Asking For A Friend: Is flossing really that important?

You may not love the feeling of sliding thin string in between your teeth, but the experts say flossing is critical not only to oral health, but can also prevent serious diseases.

Karen Hawthorne 5 minute read May 13, 2022
Dental Hygiene - Flossing - Stock Illustration

Likely, if your gums bleed when you start flossing, it’s a sign you need to get into the habit of flossing regularly to deter destructive bacteria. GETTY

Dear Asking For a Friend,

I know flossing is part of good dental hygiene, but it makes my gums bleed, and frankly, I don’t like doing it. How necessary is it?

Signed, Sore Gums


Dear Sore Gums,

On the list of important things to do for your health — exercise, spend time in nature, cut out sugar, eat more veggies — it may feel like flossing your teeth is near the bottom.
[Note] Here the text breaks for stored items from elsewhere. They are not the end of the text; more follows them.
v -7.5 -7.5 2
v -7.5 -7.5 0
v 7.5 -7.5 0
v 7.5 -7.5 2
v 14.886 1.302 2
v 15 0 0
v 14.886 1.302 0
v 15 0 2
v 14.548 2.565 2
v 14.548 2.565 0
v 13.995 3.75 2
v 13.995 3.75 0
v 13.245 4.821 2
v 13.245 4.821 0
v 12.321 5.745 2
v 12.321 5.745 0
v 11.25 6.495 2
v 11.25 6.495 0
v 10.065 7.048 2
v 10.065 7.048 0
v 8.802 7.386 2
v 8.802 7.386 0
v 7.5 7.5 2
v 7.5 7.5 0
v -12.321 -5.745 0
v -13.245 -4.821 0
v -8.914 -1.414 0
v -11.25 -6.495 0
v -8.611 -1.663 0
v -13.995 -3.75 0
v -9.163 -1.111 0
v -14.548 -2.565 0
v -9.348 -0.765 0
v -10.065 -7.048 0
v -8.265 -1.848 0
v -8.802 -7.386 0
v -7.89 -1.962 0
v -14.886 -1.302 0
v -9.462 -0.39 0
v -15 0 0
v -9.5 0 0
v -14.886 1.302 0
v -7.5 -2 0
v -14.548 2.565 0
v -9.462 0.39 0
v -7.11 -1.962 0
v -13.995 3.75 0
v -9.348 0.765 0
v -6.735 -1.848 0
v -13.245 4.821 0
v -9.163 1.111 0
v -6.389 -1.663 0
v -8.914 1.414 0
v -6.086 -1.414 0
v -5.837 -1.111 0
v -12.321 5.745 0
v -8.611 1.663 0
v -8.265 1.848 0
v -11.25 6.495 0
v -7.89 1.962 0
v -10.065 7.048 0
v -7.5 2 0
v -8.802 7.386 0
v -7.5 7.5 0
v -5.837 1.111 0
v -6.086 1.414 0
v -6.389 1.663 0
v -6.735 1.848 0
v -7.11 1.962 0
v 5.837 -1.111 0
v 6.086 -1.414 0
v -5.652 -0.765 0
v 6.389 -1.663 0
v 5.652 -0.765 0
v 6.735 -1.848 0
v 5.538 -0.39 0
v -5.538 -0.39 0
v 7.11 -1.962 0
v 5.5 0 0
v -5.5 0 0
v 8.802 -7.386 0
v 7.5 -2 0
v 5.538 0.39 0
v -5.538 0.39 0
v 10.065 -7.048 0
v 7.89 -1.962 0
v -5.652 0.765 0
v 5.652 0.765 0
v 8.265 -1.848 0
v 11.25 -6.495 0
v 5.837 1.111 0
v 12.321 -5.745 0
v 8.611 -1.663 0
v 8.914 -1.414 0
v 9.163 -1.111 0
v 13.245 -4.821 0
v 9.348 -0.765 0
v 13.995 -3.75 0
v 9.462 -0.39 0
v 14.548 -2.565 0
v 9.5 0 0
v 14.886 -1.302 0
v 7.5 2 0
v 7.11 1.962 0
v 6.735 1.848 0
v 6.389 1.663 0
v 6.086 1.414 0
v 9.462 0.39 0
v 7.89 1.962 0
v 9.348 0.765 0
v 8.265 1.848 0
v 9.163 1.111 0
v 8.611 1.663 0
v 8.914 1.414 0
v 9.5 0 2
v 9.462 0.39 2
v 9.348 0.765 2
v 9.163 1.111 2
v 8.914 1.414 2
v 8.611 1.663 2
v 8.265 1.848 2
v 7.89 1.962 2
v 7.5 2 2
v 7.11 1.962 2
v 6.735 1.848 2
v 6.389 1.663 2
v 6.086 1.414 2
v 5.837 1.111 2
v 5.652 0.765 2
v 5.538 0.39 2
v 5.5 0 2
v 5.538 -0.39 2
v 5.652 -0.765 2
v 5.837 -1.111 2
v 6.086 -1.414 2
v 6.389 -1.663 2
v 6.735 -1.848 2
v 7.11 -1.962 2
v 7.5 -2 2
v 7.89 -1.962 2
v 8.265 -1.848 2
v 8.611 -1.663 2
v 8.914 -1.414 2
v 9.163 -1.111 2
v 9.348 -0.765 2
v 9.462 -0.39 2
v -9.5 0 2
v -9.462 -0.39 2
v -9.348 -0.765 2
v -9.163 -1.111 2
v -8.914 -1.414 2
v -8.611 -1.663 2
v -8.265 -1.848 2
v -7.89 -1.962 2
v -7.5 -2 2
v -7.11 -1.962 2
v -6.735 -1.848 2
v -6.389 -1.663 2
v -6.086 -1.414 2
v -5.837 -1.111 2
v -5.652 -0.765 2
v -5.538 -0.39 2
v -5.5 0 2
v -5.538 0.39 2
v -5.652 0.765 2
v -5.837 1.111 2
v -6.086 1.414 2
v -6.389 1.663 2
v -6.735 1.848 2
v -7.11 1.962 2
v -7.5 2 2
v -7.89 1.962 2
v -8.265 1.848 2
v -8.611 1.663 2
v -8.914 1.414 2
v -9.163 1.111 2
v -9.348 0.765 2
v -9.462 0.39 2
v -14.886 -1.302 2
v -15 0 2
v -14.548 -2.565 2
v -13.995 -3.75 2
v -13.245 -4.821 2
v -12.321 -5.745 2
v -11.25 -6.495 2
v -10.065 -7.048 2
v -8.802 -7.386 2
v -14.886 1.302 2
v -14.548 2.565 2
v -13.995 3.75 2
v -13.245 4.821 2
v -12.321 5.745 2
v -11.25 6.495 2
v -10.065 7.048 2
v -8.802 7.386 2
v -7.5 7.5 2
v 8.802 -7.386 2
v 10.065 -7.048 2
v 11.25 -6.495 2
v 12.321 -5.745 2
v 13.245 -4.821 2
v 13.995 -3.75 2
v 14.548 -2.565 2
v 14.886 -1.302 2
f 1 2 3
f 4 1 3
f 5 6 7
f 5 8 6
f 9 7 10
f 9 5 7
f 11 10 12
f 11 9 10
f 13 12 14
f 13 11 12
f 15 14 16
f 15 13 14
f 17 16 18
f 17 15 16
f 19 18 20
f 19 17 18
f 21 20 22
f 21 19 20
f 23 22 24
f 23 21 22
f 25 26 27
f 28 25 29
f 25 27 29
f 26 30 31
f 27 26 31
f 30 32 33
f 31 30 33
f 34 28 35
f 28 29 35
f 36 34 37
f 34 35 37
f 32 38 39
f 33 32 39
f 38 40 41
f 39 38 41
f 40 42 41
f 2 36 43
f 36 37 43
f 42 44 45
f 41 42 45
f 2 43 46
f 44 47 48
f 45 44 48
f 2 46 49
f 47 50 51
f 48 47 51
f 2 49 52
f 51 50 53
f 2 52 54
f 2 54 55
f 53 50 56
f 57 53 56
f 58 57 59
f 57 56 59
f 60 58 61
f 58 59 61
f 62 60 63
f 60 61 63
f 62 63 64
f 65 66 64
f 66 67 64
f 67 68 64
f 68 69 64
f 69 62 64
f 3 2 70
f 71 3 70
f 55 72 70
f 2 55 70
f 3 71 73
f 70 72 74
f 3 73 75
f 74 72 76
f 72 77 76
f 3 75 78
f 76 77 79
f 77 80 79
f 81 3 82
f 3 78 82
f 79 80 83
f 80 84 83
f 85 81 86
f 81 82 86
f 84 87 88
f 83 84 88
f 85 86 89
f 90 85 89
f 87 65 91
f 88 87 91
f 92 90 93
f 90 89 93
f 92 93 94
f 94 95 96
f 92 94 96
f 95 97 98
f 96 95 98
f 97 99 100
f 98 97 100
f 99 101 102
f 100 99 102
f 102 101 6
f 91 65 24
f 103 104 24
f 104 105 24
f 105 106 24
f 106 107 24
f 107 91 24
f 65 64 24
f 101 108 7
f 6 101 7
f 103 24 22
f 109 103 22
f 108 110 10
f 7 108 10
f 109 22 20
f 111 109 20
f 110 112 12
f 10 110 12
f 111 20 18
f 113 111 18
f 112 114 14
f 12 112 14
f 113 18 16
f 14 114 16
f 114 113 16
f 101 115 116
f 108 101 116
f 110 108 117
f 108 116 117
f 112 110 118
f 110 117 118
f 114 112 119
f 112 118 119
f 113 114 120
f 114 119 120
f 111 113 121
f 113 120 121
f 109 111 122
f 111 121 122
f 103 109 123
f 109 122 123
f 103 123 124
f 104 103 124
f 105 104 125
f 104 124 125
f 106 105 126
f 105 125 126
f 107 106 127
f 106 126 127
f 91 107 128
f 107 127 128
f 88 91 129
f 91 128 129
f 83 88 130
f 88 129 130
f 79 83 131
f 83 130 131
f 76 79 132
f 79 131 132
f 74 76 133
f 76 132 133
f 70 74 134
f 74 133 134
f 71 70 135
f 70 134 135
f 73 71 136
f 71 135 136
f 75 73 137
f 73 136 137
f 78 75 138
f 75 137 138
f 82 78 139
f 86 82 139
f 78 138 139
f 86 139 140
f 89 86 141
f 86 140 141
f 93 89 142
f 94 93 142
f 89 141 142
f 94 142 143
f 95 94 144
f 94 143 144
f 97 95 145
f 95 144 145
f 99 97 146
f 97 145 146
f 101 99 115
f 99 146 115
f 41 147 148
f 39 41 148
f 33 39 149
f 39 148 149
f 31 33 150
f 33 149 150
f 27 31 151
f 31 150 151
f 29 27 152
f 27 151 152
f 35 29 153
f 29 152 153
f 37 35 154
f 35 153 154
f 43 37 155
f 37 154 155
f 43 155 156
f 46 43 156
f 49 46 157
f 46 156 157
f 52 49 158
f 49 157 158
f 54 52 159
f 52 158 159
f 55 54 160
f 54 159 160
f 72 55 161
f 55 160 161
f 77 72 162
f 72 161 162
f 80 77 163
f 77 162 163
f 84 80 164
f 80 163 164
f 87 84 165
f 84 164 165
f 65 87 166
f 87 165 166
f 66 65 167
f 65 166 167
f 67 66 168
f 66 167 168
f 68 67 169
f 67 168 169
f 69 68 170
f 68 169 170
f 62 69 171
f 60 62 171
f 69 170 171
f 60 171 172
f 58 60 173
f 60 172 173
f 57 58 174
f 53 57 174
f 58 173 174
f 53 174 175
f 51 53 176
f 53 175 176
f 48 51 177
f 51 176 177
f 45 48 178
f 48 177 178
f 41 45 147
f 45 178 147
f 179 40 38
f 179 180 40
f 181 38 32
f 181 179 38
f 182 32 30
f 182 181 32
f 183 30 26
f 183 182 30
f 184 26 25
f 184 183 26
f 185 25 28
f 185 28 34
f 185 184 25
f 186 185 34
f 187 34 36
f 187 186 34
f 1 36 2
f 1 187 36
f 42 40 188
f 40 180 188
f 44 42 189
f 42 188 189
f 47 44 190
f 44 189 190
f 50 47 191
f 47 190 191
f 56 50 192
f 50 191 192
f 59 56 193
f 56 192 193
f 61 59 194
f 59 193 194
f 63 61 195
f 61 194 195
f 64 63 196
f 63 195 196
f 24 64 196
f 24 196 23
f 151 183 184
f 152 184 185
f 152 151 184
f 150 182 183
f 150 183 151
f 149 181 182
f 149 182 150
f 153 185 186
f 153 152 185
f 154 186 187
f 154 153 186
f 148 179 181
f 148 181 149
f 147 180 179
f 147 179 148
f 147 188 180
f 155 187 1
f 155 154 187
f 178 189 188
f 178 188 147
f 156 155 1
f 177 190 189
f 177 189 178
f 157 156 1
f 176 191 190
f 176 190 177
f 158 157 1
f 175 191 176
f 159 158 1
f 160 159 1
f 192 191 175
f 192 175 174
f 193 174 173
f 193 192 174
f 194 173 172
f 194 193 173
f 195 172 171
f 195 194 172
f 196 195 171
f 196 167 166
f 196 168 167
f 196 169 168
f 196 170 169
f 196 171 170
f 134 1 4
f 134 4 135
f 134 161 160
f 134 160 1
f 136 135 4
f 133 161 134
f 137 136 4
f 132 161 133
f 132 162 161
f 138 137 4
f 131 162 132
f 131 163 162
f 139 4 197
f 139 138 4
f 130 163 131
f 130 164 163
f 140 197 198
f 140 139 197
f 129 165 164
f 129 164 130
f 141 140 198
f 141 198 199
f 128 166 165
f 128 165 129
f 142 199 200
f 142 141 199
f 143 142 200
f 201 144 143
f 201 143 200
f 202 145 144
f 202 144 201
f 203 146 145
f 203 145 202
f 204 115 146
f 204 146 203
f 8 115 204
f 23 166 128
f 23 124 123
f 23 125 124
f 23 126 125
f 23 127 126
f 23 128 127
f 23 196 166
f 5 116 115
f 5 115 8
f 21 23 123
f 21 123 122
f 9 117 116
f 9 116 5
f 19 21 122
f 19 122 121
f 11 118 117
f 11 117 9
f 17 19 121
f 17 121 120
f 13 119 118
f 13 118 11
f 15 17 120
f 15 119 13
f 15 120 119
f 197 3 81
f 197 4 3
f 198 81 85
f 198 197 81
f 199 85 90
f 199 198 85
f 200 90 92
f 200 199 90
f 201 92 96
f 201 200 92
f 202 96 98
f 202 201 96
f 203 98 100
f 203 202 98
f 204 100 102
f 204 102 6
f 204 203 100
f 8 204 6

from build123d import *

# Parameters (mm, degrees)
SKETCH_1_W          = 30
SKETCH_1_H          = 15
EXTRUDE_1_DEPTH     = 2
FILLET_1_R          = 7.5
SKETCH_2_R          = 2
CUT_EXTRUDE_1_DEPTH = 2


with BuildPart() as part:
    # 草图1 → 凸台-拉伸1 (new body)
    with BuildSketch(Plane.XY):
        Rectangle(SKETCH_1_W, SKETCH_1_H)
    extrude(amount=EXTRUDE_1_DEPTH)

    # 圆角1
    fillet_1_edges = [part.edges().sort_by_distance(p)[0] for p in [
        (15, -7.5, 1),
        (-15, -7.5, 1),
        (-15, 7.5, 1),
        (15, 7.5, 1),
    ]]
    fillet(fillet_1_edges, radius=FILLET_1_R - 0.0001)  # a hair under: the kernel refuses the full size

    # 草图2 → 切除-拉伸1 (cut)
    with BuildSketch(Plane.XY.offset(2)):
        with Locations((7.5, 0)):
            Circle(SKETCH_2_R)
        with Locations(Location((-7.5, 0, 0), (0, 0, 180))):
            Circle(SKETCH_2_R)
    extrude(amount=-CUT_EXTRUDE_1_DEPTH, mode=Mode.SUBTRACT)


solid = part.part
And if you end up with bleeding gums, that can make it even harder to make flossing a part of your daily hygiene routine.

But if you listen to your dentist, the scientific evidence that links poor oral health, like tooth loss or gum recession, with higher rates of cardiovascular problems is pretty powerful proof that cleaning in between your teeth is important.
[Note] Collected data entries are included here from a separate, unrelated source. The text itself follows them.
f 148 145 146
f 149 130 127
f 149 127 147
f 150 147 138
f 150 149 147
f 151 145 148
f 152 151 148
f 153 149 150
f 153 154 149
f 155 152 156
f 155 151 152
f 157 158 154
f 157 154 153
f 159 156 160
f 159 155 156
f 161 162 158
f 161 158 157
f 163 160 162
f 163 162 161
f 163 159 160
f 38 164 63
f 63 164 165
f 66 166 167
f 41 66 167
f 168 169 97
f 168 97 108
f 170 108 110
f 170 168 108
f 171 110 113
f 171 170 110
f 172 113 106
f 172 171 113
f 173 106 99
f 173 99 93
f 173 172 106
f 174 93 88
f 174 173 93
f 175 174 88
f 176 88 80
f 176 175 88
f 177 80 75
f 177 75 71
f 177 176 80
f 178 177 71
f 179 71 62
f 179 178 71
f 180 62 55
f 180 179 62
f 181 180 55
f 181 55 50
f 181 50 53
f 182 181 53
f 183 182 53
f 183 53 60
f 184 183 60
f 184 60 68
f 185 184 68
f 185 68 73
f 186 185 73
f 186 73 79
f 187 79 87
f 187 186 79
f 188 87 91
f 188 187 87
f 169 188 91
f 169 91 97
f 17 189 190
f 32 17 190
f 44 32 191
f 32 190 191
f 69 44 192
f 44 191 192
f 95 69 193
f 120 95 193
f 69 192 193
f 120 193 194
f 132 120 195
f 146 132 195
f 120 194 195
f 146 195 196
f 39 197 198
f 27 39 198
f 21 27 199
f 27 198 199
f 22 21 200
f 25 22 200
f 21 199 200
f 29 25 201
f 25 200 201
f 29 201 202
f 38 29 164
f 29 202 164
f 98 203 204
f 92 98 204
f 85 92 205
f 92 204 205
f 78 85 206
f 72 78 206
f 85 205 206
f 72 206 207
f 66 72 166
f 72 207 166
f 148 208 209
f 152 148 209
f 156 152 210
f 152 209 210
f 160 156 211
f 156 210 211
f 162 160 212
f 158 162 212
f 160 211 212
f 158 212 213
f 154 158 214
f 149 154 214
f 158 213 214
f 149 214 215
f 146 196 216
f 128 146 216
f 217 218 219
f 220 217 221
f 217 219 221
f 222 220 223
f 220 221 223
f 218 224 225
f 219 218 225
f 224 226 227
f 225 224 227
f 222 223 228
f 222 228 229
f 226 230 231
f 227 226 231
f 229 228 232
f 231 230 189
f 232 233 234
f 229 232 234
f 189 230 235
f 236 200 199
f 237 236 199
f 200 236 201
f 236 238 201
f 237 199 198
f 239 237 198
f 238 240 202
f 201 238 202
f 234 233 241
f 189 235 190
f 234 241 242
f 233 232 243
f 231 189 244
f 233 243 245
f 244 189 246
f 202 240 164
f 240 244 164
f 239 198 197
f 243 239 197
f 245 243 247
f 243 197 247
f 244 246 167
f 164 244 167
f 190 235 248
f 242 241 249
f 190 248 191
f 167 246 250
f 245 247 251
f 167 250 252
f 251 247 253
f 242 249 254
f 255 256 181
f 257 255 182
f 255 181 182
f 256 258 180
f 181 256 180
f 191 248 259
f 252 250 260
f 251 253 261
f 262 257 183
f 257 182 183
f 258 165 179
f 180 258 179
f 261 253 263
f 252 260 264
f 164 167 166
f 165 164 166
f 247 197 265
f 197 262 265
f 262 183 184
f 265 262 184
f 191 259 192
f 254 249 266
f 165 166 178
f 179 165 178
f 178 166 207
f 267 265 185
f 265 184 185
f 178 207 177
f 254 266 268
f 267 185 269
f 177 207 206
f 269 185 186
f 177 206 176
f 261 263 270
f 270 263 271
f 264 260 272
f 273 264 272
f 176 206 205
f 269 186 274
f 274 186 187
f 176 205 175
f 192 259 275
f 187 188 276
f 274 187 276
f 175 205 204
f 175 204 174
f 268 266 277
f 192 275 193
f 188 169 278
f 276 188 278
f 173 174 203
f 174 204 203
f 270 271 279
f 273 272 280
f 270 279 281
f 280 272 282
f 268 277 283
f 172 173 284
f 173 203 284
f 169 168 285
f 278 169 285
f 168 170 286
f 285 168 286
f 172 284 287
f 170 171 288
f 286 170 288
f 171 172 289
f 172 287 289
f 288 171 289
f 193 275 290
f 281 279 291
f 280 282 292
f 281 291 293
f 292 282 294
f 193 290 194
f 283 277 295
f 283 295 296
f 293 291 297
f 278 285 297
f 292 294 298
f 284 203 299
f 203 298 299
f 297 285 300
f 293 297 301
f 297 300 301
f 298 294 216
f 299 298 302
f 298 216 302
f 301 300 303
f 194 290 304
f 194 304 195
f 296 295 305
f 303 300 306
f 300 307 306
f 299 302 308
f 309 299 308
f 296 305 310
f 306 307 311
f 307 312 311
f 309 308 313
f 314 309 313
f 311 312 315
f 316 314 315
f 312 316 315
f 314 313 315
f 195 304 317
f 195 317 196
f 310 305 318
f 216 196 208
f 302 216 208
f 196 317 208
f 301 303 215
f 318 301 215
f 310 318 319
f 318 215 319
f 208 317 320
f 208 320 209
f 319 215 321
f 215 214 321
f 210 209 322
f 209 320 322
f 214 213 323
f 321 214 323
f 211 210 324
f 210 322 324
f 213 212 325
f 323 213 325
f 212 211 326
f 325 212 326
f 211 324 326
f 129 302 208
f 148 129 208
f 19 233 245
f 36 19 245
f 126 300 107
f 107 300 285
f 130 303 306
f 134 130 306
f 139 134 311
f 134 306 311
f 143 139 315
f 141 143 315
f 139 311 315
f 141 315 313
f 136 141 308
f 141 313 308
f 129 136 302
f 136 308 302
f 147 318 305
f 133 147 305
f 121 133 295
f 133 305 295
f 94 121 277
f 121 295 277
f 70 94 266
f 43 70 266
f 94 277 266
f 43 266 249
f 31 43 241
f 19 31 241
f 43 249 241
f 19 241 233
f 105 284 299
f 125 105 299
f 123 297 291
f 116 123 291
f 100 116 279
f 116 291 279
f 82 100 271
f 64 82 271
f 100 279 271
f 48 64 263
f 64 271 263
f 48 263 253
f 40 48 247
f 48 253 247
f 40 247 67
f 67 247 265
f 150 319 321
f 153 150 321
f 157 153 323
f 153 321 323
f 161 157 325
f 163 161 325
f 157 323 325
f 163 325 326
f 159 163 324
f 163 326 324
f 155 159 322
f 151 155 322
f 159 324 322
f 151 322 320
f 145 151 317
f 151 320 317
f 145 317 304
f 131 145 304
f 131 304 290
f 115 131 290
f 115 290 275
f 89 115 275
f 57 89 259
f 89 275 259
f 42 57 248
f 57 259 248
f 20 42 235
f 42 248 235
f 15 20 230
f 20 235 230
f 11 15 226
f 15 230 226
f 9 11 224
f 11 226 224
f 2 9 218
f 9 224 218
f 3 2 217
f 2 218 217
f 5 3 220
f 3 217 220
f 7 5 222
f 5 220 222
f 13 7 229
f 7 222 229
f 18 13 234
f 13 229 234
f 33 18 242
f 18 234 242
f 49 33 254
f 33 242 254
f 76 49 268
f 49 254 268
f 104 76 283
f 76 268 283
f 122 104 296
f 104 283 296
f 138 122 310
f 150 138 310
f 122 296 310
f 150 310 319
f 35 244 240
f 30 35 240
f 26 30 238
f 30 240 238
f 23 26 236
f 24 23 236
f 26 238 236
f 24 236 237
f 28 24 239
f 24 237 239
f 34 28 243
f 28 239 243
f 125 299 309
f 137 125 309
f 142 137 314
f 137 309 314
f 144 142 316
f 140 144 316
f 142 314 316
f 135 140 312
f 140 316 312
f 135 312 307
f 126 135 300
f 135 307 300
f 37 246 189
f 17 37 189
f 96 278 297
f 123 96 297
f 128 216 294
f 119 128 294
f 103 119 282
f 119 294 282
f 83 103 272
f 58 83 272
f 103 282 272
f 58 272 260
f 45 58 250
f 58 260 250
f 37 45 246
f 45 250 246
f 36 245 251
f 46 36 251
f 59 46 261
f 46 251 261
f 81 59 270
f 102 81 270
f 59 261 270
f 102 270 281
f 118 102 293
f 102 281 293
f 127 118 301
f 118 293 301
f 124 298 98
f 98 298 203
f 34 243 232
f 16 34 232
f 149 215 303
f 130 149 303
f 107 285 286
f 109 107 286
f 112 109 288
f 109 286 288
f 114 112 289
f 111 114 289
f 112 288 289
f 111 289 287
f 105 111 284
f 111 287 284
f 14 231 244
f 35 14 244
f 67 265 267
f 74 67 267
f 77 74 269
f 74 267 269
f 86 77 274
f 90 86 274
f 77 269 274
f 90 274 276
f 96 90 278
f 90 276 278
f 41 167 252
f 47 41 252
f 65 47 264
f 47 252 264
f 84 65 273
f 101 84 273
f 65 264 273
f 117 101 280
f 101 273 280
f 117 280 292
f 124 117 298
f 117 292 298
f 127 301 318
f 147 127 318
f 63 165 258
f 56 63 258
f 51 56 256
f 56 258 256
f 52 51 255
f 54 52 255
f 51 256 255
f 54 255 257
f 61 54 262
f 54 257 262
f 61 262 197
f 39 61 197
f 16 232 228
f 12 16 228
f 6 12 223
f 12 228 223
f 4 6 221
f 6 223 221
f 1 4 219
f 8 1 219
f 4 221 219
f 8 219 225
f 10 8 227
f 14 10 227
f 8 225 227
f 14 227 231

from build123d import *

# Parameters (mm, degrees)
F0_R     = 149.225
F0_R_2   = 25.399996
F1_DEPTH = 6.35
In fact, studies reviewed by Lithuanian researchers in 2019 have also shown that gum disease, which is gingivitis in its early form and periodontitis when it really takes hold, is associated with rheumatoid arthritis, where your immune system mistakenly attacks your own body’s tissues. And a 2018 study published in the journal Gut demonstrated a link between this same bacterium, porphyromonas gingivalis, and pancreatic cancer.

7 out of 10 Canadians develop gum disease

Poor oral hygiene that allows plaque to form on your teeth, causing inflammation of the surrounding gum tissues. It can be relatively painless until pockets of infection form and start to destroy the gum tissue, putting you at risk of losing teeth. It’s a common problem, with seven out of every 10 Canadians developing gum disease at some point in their lives.

Dr. Aaron Burry, interim CEO of the Canadian Dental Association, is a practicing dentist in Ottawa, Ontario and former chief dental officer with Ottawa Public Health. He says brushing and flossing go hand-in-hand to keeping you healthy.

“Flossing is just as important as brushing, from the perspective of being able to remove what gets in between our teeth which the brush leaves behind,” he says. “When we leave particles in between our teeth, it gives the bacteria basically a food source, which allows them to grow and develop in the gums.”

The bleeding and swelling is the body’s natural inflammatory response to protect you from the toxins and chemicals produced by the bacteria, Burry explains.

Likely, if your gums bleed when you start flossing, it’s a sign you need to get into the habit of flossing regularly to deter destructive bacteria. Regular flossing is once a day or every 24 hours.

“It takes about 24 hours for the bacteria underneath the gum to really get a hold,” he says. “Flossing does two things: it mechanically removes it, but it also puts some degree of air or oxygen in the area. Many of the bacteria that are under the gum don’t like oxygen and they tend to be the least-healthy type of bacteria. It’s another way of controlling the bacterial composition and keeping healthy.”

The other danger of not removing bacteria with the two-punch brushing and flossing is they produce acids that weaken the enamel in between the teeth. “What happens over time is you have constant acid exposure. The weakness means bacteria can find a way into the tooth, which is the beginning of a cavity,” Burry says.

His dad was a dentist who would line up the family for inspection to make sure teeth were properly cleaned. “I know my dad was, I would say, somewhat traumatized by the number of kids he saw with tremendous cavities,” he says.

Burry is committed to brushing regularly and flosses, “pretty much every day, to stay ahead of the game.”

Flossing technique

His tip for reluctant flossers is to start with one or two teeth a day to master the technique and then gradually add more teeth as you become more comfortable. But technique can be tricky.

It’s not just inserting the thread in between the teeth and pushing it out. Wrap the floss around the tooth and then slide it up and down gently on the tooth surface. Every time you push it between two teeth, you have to remember that both teeth need to be cleaned.

And if your teeth are tight together, there are floss options with wax and other coatings and custom thicknesses for comfort. There are also the popular floss holders — the small plastic instruments with a short handle so you can reach the area with one hand.

“If you can’t floss, the other option, based on the research, is to look at rinsing and to make sure that you have a solid rinsing regime and that you have a very effective brushing regime,” he says.

That means mouthwash and looking into irrigation devices that can push fluids through the teeth. These devices come very close to what flossing can do — Burry recommends talking to your best resource, your dentist, to get advice.

The takeaway: “If you can master flossing, that’s really the goal. Once you start flossing, it just becomes easier.”

Karen Hawthorne is a Toronto-based writer.